The Latest Advancements in Solid Organ Transplantation
A special issue of Journal of Clinical Medicine (ISSN 2077-0383). This special issue belongs to the section "General Surgery".
Deadline for manuscript submissions: 20 November 2026 | Viewed by 161
Special Issue Editor
Interests: innovation in transplantation; patient safety–donors and recipients; immunological risk stratification and rejection mitigation solid organ transplantation; robotic transplant surgery; living donor transplantation; indocyanine green fluorescence imaging; delayed graft function; mixed chimerism; tolerance induction; bone marrow trans-plantation; islet autotransplantation; total pancreatectomy; artificial intelligence; machine learning; kidney trans-plantation; liver transplantation; immunosuppression
Special Issue Information
Dear Colleagues,
Solid organ transplantation has undergone transformative advances over the past decade, driven by innovations in surgical technique, immunological understanding and emerging technologies. This Special Issue aims to provide a comprehensive overview of these developments, highlighting both established practices and pioneering approaches that are reshaping the field.

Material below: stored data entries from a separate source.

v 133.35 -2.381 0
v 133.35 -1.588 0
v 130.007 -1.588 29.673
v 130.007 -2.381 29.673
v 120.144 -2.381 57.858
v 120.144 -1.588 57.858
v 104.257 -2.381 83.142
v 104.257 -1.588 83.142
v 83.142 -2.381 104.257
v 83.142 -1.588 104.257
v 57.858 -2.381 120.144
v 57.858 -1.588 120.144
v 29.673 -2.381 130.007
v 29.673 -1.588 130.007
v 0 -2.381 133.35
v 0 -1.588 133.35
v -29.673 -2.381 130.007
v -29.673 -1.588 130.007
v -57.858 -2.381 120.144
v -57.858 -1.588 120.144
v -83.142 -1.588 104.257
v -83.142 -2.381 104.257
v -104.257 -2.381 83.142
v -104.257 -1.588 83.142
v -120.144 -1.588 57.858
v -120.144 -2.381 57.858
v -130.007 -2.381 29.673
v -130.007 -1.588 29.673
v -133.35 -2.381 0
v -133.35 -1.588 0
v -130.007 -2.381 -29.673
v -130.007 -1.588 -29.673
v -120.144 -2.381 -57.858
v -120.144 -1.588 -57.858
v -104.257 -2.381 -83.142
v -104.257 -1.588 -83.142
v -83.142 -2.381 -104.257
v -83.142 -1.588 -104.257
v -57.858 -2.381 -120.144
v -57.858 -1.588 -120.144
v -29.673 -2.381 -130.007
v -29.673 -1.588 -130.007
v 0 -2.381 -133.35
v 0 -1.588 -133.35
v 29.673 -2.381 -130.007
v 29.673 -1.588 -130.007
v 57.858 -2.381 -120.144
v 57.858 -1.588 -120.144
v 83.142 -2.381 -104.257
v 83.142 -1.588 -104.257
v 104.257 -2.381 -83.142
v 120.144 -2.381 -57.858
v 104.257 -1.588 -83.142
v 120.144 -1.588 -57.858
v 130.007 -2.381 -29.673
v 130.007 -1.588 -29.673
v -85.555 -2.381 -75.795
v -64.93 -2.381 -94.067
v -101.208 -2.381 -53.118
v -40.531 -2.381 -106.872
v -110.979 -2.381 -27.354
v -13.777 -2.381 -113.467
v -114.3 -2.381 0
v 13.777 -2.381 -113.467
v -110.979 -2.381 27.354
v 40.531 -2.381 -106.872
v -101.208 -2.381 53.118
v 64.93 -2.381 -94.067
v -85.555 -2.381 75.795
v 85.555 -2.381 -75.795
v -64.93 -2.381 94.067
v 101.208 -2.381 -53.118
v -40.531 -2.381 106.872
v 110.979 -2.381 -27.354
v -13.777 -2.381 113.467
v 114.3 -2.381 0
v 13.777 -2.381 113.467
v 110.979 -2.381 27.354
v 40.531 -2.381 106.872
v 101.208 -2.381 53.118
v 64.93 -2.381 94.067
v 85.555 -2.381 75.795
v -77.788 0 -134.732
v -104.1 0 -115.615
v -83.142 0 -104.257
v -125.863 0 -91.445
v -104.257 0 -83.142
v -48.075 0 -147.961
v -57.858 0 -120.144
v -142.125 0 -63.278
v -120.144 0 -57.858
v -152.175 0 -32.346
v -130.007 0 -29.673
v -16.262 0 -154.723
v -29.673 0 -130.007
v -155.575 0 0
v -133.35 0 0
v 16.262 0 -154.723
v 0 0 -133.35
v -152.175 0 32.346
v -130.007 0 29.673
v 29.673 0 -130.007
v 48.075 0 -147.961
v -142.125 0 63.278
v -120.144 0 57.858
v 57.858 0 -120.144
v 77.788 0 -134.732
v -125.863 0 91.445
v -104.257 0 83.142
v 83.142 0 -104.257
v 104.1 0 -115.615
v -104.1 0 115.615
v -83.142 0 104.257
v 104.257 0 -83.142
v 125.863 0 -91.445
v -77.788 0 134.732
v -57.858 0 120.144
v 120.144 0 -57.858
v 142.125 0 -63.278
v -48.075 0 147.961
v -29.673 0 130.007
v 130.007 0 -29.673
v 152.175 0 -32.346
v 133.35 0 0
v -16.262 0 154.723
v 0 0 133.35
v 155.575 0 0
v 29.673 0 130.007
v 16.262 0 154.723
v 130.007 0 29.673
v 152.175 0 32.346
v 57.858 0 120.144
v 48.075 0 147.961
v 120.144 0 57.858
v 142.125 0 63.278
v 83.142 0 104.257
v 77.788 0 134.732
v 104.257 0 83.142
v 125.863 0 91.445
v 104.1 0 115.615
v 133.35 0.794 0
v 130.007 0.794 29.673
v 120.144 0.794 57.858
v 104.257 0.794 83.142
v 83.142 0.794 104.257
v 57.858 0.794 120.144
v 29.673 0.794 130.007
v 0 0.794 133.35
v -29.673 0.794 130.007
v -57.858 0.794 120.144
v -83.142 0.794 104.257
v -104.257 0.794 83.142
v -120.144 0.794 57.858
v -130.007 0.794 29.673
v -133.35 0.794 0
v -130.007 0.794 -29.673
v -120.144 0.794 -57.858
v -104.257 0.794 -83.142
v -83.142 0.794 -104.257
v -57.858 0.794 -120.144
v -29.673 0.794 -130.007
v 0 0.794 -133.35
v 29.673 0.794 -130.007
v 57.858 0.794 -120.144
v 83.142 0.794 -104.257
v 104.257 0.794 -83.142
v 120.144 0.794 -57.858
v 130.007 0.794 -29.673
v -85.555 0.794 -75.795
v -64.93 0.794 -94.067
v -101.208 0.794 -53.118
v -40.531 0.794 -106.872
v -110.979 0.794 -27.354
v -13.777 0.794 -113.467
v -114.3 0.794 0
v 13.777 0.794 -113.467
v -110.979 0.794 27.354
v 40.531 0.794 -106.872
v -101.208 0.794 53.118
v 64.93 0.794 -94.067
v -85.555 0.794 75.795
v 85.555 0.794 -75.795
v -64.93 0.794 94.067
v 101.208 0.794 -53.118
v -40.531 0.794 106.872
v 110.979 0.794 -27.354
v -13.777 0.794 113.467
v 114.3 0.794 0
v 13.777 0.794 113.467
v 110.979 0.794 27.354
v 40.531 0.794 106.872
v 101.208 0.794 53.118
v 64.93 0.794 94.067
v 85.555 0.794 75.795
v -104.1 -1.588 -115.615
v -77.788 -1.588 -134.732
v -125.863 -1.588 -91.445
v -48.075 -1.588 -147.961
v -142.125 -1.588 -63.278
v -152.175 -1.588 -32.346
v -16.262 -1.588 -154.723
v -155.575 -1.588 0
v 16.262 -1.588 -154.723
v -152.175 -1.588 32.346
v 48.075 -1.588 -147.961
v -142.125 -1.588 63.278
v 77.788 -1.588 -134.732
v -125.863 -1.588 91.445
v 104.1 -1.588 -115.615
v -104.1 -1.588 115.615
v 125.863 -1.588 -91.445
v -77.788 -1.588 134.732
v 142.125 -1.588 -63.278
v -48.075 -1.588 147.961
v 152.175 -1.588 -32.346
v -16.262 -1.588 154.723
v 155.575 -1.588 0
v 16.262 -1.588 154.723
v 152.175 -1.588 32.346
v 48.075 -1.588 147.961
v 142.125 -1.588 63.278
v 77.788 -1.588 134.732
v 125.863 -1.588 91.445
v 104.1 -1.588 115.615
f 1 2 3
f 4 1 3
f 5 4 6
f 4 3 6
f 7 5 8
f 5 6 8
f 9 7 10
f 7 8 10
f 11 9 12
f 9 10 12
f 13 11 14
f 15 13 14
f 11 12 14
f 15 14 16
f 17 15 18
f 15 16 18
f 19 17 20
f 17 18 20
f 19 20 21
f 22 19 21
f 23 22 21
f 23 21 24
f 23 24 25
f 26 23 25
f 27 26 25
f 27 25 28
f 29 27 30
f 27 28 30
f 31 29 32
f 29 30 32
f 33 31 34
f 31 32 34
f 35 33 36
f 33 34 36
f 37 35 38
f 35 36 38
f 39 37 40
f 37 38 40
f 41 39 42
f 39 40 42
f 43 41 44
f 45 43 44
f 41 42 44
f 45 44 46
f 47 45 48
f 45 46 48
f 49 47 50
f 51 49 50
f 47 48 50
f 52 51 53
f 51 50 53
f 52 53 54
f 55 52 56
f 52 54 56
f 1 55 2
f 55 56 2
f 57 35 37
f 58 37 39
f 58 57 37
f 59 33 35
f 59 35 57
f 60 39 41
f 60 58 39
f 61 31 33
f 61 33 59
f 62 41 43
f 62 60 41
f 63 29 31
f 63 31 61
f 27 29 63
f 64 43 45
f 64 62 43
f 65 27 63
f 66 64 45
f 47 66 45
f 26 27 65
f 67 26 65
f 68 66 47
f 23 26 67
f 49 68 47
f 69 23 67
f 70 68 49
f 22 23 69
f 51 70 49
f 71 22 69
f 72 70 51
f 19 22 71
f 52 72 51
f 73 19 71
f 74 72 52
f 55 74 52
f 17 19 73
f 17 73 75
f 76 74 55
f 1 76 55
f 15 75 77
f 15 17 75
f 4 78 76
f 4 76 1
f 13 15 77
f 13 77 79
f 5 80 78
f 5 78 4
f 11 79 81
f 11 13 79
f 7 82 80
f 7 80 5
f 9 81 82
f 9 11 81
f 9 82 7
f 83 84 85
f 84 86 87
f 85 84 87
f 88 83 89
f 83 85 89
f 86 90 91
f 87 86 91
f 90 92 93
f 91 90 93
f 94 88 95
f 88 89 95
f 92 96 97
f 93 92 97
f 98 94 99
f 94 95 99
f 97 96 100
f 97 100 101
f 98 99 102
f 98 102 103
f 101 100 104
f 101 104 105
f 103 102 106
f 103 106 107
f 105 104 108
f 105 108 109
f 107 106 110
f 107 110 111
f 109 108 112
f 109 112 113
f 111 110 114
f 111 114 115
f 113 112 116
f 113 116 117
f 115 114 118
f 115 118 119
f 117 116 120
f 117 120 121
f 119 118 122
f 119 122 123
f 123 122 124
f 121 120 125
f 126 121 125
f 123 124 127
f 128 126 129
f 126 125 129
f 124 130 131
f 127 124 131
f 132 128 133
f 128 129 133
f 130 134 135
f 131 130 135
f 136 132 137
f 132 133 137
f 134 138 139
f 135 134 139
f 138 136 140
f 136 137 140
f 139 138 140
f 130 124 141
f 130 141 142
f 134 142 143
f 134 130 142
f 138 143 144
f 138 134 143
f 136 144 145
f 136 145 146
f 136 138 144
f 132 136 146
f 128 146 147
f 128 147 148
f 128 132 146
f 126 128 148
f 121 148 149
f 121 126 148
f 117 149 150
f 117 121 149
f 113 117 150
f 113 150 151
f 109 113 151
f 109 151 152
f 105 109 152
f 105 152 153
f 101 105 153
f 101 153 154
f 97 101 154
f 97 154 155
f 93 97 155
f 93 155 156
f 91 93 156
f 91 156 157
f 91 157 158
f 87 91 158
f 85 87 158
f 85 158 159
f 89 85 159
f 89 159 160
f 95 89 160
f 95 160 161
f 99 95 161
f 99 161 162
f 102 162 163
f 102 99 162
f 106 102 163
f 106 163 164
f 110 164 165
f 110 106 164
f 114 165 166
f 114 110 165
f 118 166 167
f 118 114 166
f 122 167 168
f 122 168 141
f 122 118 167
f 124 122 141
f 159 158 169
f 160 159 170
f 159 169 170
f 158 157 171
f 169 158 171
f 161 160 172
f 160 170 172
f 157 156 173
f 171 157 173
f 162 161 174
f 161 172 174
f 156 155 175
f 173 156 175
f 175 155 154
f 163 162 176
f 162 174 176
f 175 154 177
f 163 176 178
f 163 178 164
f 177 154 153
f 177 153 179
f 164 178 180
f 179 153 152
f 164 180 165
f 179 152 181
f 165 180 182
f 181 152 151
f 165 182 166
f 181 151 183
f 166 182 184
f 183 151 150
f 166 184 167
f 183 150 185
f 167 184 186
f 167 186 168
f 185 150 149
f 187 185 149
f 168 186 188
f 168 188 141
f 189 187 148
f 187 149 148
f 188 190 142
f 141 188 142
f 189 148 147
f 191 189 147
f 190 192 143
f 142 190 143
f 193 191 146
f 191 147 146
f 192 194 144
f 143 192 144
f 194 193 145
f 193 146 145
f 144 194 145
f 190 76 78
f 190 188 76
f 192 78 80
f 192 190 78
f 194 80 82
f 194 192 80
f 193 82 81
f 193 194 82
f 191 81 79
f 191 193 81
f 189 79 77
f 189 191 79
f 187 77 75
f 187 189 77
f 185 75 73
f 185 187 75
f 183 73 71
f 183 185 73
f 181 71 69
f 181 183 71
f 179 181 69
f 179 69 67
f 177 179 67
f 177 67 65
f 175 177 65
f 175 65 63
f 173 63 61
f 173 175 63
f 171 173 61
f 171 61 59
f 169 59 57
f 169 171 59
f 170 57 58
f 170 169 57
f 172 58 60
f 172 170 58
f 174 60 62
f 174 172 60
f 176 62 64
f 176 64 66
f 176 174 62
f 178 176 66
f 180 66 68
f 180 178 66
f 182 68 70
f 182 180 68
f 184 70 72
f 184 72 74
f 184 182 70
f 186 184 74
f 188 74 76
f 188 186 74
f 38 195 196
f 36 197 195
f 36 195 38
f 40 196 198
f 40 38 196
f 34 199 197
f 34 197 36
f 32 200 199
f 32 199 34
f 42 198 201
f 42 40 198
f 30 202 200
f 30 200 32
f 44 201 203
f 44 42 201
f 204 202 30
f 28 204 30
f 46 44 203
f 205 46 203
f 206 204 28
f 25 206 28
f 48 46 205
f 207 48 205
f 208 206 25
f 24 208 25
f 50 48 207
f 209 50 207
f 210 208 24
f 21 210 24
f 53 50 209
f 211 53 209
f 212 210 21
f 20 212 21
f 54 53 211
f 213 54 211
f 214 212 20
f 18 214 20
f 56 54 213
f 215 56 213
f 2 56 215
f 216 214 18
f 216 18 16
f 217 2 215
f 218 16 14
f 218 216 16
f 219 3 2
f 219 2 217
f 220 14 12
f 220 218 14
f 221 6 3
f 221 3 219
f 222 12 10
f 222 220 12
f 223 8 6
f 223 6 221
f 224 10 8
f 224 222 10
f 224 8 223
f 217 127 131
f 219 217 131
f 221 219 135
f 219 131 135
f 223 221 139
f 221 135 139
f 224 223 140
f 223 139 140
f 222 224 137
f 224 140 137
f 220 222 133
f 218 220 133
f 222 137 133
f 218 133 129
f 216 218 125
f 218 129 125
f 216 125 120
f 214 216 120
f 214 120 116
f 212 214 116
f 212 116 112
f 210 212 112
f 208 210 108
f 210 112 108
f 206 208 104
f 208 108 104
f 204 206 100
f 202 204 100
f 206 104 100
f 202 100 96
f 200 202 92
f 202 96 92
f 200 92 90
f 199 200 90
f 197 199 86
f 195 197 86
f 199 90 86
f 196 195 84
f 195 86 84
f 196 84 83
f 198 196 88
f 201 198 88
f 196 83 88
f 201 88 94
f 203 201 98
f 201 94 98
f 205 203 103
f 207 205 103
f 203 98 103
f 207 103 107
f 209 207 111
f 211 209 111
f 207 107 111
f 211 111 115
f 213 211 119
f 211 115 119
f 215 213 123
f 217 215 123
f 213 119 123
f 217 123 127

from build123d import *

# Parameters (mm, degrees)
F0_R     = 155.575
F0_R_2   = 114.3
F1_DEPTH = 1.5875
F4_R     = 133.35
F4_R_2   = 114.3
F5_DEPTH = 1.5875
F6_R     = 133.35
F6_R_2   = 114.3
F7_DEPTH = 0.79375


with BuildPart() as f1:
    # F0 (on Front) → F1 (new body)
    with BuildSketch(Plane.XZ):
        Circle(F0_R)
        Circle(F0_R_2, mode=Mode.SUBTRACT)
    extrude(amount=F1_DEPTH)

    # F4 (on offset) → F5 (join)
    with BuildSketch(Plane.XZ.offset(0.79375)):
        Circle(F4_R)
        Circle(F4_R_2, mode=Mode.SUBTRACT)
    extrude(amount=-F5_DEPTH)

    # F6 (on offset) → F7 (join)
    with BuildSketch(Plane.XZ.offset(1.5875)):
        Circle(F6_R)
        Circle(F6_R_2, mode=Mode.SUBTRACT)
    extrude(amount=F7_DEPTH)


solid = f1.part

Robotic-assisted surgery has revolutionized both donor nephrectomy and recipient transplantation. Recent milestones include the first fully robotic liver transplant using deceased and living donors, with multicenter data demonstrating superior outcomes including reduced surgical site infections and shorter hospital stays. The learning curve for robotic donor hepatectomy stabilizes at approximately 9–17 cases, making this approach increasingly accessible to high-volume transplant centers.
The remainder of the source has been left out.